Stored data
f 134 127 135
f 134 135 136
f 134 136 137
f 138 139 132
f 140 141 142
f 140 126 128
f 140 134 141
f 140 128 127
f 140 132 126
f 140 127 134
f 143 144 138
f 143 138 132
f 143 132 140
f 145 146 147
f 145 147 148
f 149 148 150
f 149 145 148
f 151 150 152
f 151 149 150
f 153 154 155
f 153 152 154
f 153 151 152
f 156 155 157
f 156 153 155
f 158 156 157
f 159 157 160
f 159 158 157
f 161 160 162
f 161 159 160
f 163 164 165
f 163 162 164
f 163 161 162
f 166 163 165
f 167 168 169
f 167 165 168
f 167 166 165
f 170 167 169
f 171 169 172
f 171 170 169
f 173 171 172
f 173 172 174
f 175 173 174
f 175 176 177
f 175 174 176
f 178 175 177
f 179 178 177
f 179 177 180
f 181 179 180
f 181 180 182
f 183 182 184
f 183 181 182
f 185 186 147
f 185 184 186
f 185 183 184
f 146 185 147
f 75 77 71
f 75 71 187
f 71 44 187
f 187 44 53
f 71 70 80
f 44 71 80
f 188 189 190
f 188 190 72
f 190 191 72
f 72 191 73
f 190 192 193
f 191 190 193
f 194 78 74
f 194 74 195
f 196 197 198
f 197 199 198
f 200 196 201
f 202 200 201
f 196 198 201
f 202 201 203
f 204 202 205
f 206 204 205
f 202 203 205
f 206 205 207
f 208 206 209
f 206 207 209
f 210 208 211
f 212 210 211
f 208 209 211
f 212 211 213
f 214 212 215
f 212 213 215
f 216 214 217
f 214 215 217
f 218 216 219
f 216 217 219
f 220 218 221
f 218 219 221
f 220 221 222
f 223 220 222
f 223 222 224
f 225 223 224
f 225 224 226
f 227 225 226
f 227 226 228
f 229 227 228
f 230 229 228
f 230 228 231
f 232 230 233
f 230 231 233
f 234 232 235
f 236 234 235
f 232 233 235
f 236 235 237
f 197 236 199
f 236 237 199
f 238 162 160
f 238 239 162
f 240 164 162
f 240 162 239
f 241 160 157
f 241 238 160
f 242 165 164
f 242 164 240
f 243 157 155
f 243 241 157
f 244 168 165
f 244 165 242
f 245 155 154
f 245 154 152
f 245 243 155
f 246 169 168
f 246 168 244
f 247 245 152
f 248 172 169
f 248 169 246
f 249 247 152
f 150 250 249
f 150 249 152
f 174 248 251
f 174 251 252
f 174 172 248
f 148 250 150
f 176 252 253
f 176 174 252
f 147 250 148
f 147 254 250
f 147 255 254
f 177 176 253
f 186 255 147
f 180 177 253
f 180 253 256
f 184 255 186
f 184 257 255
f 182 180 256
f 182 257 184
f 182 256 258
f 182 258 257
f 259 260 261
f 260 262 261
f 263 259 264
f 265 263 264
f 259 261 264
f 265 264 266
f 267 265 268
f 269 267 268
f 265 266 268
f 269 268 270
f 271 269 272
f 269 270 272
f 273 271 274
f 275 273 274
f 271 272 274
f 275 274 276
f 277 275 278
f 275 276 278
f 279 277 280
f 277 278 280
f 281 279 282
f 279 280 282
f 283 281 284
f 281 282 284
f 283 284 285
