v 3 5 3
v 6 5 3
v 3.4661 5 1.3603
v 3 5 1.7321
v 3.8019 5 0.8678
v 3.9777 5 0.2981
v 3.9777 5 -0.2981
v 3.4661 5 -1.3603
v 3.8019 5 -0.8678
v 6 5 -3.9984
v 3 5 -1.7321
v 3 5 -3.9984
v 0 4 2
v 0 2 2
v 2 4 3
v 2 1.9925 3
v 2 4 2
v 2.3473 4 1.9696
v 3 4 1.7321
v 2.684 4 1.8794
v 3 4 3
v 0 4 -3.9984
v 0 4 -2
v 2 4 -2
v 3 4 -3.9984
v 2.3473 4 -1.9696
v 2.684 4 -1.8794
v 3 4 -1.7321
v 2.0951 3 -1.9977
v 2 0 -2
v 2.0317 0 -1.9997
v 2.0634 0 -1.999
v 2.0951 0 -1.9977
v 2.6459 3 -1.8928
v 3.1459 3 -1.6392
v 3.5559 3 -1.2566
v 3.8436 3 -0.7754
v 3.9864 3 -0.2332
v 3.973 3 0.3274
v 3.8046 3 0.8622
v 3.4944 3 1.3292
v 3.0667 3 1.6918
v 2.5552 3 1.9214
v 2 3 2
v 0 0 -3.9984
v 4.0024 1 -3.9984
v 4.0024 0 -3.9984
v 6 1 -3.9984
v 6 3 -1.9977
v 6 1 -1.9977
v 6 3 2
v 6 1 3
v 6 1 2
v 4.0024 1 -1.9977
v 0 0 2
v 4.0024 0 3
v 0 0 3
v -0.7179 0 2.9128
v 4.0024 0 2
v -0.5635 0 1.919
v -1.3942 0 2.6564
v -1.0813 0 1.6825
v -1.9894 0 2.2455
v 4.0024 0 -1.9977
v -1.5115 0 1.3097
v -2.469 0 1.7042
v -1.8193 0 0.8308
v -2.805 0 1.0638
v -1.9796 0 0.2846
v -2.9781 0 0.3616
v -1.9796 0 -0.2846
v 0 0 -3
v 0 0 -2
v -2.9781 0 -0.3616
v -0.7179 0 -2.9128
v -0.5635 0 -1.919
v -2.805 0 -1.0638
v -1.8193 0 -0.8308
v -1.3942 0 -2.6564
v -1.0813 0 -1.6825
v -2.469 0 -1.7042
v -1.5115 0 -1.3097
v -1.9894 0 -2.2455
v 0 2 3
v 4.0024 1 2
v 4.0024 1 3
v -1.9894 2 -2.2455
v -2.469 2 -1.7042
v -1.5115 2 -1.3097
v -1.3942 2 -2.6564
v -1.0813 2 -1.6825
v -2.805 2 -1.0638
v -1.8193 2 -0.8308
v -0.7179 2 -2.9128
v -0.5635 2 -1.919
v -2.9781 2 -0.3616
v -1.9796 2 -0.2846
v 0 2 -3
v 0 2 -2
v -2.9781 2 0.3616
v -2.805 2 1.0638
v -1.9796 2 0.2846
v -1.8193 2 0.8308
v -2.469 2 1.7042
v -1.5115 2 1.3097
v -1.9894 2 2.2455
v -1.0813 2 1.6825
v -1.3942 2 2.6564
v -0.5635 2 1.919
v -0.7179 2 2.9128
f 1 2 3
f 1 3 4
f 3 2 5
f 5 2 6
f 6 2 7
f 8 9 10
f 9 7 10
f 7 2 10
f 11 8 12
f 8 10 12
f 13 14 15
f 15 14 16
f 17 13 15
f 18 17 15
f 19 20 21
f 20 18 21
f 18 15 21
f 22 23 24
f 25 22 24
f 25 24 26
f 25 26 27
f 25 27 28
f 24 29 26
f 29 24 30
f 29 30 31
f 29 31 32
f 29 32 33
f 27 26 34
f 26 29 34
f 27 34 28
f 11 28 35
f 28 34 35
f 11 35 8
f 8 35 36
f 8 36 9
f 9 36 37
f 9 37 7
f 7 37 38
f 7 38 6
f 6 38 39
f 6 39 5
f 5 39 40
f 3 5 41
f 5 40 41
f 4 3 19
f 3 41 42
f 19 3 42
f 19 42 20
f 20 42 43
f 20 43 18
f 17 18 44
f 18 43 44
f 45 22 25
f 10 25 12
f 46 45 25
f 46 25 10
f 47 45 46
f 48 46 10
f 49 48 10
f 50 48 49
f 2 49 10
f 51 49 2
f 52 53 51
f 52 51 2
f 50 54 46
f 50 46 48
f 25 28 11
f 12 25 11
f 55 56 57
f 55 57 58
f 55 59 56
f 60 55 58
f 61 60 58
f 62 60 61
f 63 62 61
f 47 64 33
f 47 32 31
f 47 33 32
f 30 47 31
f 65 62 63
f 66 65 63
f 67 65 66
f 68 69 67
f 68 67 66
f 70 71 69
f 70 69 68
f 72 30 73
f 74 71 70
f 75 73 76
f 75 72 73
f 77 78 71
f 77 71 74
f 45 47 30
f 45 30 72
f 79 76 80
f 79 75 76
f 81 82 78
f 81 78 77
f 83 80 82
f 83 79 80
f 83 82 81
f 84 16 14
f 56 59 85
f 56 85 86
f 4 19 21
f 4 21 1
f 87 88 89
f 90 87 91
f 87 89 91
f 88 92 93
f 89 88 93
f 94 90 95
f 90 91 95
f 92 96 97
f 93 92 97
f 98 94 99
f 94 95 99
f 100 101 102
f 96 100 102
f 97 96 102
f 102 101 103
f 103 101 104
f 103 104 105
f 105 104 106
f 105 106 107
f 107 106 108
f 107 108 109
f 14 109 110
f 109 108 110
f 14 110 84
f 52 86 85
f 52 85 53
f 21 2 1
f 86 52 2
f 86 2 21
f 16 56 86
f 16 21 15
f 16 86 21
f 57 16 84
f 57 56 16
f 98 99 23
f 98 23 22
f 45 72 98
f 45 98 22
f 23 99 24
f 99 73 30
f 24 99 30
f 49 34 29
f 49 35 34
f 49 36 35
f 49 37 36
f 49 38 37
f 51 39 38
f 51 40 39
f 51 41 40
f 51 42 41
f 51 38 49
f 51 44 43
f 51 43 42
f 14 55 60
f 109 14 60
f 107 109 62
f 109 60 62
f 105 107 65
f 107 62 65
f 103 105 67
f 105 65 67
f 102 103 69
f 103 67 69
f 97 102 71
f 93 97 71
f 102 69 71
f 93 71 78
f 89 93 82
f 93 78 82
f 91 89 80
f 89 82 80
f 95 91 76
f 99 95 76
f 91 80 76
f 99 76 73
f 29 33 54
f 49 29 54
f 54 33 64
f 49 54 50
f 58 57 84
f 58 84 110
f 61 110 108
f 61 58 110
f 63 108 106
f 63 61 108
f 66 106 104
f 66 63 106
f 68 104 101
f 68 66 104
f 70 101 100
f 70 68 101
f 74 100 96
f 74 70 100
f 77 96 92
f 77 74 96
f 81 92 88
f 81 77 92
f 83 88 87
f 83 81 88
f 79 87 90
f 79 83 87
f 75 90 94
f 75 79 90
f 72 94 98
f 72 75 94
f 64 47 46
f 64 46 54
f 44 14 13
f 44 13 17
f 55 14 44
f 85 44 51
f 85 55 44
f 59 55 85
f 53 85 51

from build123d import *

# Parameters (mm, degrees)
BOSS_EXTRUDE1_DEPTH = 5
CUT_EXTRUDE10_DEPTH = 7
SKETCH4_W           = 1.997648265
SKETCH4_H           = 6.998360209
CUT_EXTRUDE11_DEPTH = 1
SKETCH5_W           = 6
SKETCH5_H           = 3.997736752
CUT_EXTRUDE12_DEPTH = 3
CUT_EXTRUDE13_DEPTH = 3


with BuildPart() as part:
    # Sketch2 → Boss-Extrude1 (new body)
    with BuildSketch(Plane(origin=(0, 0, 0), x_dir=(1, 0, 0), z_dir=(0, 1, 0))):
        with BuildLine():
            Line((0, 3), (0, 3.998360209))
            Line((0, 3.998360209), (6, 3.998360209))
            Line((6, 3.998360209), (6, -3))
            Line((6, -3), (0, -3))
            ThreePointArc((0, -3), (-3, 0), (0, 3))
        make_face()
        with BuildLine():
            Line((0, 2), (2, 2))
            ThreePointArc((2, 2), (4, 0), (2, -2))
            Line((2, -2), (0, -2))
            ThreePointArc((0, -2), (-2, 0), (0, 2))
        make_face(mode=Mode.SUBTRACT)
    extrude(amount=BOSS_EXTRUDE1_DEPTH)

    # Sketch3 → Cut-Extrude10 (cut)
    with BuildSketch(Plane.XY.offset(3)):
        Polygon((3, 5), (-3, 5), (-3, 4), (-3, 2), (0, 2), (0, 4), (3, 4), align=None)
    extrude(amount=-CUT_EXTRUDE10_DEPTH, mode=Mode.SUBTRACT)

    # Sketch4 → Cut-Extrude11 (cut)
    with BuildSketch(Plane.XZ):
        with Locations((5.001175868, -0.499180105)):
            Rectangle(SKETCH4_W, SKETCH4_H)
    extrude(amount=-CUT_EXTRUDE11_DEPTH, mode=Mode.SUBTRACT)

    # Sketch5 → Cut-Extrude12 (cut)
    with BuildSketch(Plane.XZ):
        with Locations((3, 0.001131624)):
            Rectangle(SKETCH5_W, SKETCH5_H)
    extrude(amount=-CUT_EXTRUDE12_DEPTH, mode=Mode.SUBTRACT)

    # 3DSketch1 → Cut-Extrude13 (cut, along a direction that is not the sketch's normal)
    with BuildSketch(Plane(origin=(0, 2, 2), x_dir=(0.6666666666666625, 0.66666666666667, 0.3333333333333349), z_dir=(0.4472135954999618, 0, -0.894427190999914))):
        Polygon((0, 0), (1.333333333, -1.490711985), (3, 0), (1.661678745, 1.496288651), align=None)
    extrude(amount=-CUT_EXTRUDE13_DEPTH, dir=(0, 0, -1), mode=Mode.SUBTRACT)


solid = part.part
---
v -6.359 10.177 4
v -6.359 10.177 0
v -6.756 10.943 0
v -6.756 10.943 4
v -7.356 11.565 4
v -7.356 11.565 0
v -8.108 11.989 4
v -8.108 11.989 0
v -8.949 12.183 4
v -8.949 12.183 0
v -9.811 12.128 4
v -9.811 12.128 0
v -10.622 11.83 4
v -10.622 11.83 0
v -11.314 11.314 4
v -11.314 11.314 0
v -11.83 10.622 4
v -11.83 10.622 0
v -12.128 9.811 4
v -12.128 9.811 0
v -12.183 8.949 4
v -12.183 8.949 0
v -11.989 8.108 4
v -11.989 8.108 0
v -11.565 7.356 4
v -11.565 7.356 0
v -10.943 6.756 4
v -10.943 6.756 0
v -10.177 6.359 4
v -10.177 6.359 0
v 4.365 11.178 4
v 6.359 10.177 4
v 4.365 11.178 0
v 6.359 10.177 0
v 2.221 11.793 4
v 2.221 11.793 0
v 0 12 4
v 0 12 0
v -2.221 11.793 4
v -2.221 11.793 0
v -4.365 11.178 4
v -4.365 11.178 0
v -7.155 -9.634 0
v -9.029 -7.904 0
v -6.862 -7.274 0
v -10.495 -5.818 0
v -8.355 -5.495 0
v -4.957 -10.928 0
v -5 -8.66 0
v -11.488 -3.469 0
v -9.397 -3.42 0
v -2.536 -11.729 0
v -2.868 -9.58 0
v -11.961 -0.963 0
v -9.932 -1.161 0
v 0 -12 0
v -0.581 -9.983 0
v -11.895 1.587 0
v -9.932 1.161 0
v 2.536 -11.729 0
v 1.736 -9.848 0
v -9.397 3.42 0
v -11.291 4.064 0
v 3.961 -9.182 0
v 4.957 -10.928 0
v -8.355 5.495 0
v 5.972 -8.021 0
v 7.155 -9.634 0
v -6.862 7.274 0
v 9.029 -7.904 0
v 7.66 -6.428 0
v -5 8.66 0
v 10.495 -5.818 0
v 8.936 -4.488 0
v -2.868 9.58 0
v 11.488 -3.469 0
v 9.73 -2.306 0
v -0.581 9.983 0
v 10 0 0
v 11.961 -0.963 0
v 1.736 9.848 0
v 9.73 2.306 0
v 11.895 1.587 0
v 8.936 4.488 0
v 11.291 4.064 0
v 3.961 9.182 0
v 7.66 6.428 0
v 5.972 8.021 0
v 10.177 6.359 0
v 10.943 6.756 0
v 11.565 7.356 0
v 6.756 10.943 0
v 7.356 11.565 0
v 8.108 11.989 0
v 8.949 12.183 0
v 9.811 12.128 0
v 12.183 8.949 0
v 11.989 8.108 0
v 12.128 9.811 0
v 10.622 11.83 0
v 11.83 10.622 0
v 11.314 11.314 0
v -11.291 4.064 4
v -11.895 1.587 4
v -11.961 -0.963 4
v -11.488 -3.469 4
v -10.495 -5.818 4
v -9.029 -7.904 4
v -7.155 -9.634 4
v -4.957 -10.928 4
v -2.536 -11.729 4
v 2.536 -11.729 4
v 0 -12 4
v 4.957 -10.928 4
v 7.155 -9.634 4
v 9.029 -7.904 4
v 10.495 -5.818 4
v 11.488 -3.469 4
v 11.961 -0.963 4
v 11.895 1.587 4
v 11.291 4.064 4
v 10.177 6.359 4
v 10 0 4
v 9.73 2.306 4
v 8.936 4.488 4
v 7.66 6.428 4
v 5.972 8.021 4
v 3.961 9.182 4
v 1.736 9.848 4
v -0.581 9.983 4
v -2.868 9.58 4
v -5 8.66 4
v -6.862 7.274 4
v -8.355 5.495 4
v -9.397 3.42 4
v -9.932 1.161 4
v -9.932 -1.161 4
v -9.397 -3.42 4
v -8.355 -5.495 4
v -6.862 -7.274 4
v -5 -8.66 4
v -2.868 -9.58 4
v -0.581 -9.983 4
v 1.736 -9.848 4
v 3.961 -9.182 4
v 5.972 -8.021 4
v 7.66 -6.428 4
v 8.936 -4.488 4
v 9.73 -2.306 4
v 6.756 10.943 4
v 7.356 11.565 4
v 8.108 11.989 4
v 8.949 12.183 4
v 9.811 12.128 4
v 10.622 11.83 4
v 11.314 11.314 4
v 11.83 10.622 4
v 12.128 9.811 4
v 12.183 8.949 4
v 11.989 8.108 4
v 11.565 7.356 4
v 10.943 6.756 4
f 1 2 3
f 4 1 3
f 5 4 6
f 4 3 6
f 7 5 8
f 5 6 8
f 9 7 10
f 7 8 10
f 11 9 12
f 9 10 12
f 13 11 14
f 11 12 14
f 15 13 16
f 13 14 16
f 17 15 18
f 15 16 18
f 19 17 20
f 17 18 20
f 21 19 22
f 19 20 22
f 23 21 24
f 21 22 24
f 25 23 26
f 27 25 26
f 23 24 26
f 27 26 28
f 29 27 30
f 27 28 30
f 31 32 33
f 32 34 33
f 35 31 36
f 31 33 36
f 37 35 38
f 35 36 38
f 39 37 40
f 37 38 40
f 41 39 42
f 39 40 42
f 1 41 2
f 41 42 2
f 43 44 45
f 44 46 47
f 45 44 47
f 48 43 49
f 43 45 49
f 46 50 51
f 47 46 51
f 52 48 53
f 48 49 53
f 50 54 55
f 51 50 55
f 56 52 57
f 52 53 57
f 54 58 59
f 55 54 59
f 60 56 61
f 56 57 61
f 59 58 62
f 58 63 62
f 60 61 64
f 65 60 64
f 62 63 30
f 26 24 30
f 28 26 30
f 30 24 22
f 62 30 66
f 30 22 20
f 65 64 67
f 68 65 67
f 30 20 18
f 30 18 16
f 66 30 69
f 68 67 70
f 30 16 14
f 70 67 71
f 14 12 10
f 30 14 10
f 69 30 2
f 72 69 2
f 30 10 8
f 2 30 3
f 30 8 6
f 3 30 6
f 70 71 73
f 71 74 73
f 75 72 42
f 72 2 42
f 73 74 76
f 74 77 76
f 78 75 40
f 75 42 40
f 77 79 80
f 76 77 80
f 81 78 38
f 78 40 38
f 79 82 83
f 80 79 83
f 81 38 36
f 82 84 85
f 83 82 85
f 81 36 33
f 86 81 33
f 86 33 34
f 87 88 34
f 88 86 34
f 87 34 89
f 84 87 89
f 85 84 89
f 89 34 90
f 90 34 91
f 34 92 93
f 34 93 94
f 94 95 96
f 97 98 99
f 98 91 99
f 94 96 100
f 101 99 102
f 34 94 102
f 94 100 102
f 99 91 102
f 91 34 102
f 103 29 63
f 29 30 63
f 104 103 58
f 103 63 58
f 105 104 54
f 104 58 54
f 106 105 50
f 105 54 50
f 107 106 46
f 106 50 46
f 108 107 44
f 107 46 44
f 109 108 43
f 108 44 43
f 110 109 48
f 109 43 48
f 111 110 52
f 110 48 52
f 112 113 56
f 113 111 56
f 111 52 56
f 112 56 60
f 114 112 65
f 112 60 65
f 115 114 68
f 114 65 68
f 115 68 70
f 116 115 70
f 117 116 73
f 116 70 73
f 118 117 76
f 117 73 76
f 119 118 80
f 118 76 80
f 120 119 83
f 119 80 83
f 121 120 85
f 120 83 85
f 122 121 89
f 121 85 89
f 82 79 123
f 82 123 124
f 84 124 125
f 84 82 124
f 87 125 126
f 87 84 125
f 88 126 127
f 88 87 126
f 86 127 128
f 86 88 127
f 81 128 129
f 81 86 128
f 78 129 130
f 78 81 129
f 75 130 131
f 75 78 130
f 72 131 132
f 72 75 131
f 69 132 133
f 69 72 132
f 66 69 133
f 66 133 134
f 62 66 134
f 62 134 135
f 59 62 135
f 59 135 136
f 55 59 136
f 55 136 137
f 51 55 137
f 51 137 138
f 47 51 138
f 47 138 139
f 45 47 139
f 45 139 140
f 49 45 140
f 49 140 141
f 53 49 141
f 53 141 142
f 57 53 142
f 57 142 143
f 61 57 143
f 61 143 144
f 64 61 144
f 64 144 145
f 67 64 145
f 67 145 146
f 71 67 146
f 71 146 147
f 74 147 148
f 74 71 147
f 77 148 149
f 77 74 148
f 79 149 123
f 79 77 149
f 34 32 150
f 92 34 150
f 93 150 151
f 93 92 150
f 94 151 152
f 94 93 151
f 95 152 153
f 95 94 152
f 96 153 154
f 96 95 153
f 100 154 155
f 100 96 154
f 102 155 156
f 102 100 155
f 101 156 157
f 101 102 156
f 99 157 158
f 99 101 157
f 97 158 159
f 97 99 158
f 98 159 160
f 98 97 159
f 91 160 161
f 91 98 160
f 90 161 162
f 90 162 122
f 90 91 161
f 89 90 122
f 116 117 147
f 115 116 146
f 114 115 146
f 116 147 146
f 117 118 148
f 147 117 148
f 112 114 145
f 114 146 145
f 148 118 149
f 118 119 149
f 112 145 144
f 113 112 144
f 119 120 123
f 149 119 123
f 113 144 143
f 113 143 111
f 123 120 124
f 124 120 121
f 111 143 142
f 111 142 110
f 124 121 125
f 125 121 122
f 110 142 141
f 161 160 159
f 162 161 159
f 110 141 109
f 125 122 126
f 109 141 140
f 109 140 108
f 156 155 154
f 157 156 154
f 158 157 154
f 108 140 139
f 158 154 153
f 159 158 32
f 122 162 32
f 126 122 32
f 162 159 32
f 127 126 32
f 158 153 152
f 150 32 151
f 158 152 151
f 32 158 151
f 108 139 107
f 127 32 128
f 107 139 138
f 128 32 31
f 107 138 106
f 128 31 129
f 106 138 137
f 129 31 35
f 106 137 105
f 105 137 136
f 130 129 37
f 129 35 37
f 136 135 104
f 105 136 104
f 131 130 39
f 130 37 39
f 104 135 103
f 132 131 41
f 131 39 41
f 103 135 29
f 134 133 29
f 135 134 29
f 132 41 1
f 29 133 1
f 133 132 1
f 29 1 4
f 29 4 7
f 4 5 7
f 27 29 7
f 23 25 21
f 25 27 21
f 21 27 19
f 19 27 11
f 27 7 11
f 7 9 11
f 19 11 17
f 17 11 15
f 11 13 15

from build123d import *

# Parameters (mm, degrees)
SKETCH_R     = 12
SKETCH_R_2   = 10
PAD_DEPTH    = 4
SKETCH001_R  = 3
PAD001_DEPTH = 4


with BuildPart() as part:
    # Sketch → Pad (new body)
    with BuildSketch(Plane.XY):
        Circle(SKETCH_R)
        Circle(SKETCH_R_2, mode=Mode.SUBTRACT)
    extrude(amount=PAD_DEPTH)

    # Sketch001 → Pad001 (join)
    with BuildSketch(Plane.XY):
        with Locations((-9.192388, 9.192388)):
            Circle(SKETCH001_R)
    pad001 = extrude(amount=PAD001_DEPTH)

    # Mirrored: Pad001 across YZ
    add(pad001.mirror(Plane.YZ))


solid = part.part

Work item:
Above are records; repeat only the lines starting at the line with "f 134 127 135" and ending at the line with "f 220 221 222", exactly as they appear, both included.

Finished task:
f 134 127 135
f 134 135 136
f 134 136 137
f 138 139 132
f 140 141 142
f 140 126 128
f 140 134 141
f 140 128 127
f 140 132 126
f 140 127 134
f 143 144 138
f 143 138 132
f 143 132 140
f 145 146 147
f 145 147 148
f 149 148 150
f 149 145 148
f 151 150 152
f 151 149 150
f 153 154 155
f 153 152 154
f 153 151 152
f 156 155 157
f 156 153 155
f 158 156 157
f 159 157 160
f 159 158 157
f 161 160 162
f 161 159 160
f 163 164 165
f 163 162 164
f 163 161 162
f 166 163 165
f 167 168 169
f 167 165 168
f 167 166 165
f 170 167 169
f 171 169 172
f 171 170 169
f 173 171 172
f 173 172 174
f 175 173 174
f 175 176 177
f 175 174 176
f 178 175 177
f 179 178 177
f 179 177 180
f 181 179 180
f 181 180 182
f 183 182 184
f 183 181 182
f 185 186 147
f 185 184 186
f 185 183 184
f 146 185 147
f 75 77 71
f 75 71 187
f 71 44 187
f 187 44 53
f 71 70 80
f 44 71 80
f 188 189 190
f 188 190 72
f 190 191 72
f 72 191 73
f 190 192 193
f 191 190 193
f 194 78 74
f 194 74 195
f 196 197 198
f 197 199 198
f 200 196 201
f 202 200 201
f 196 198 201
f 202 201 203
f 204 202 205
f 206 204 205
f 202 203 205
f 206 205 207
f 208 206 209
f 206 207 209
f 210 208 211
f 212 210 211
f 208 209 211
f 212 211 213
f 214 212 215
f 212 213 215
f 216 214 217
f 214 215 217
f 218 216 219
f 216 217 219
f 220 218 221
f 218 219 221
f 220 221 222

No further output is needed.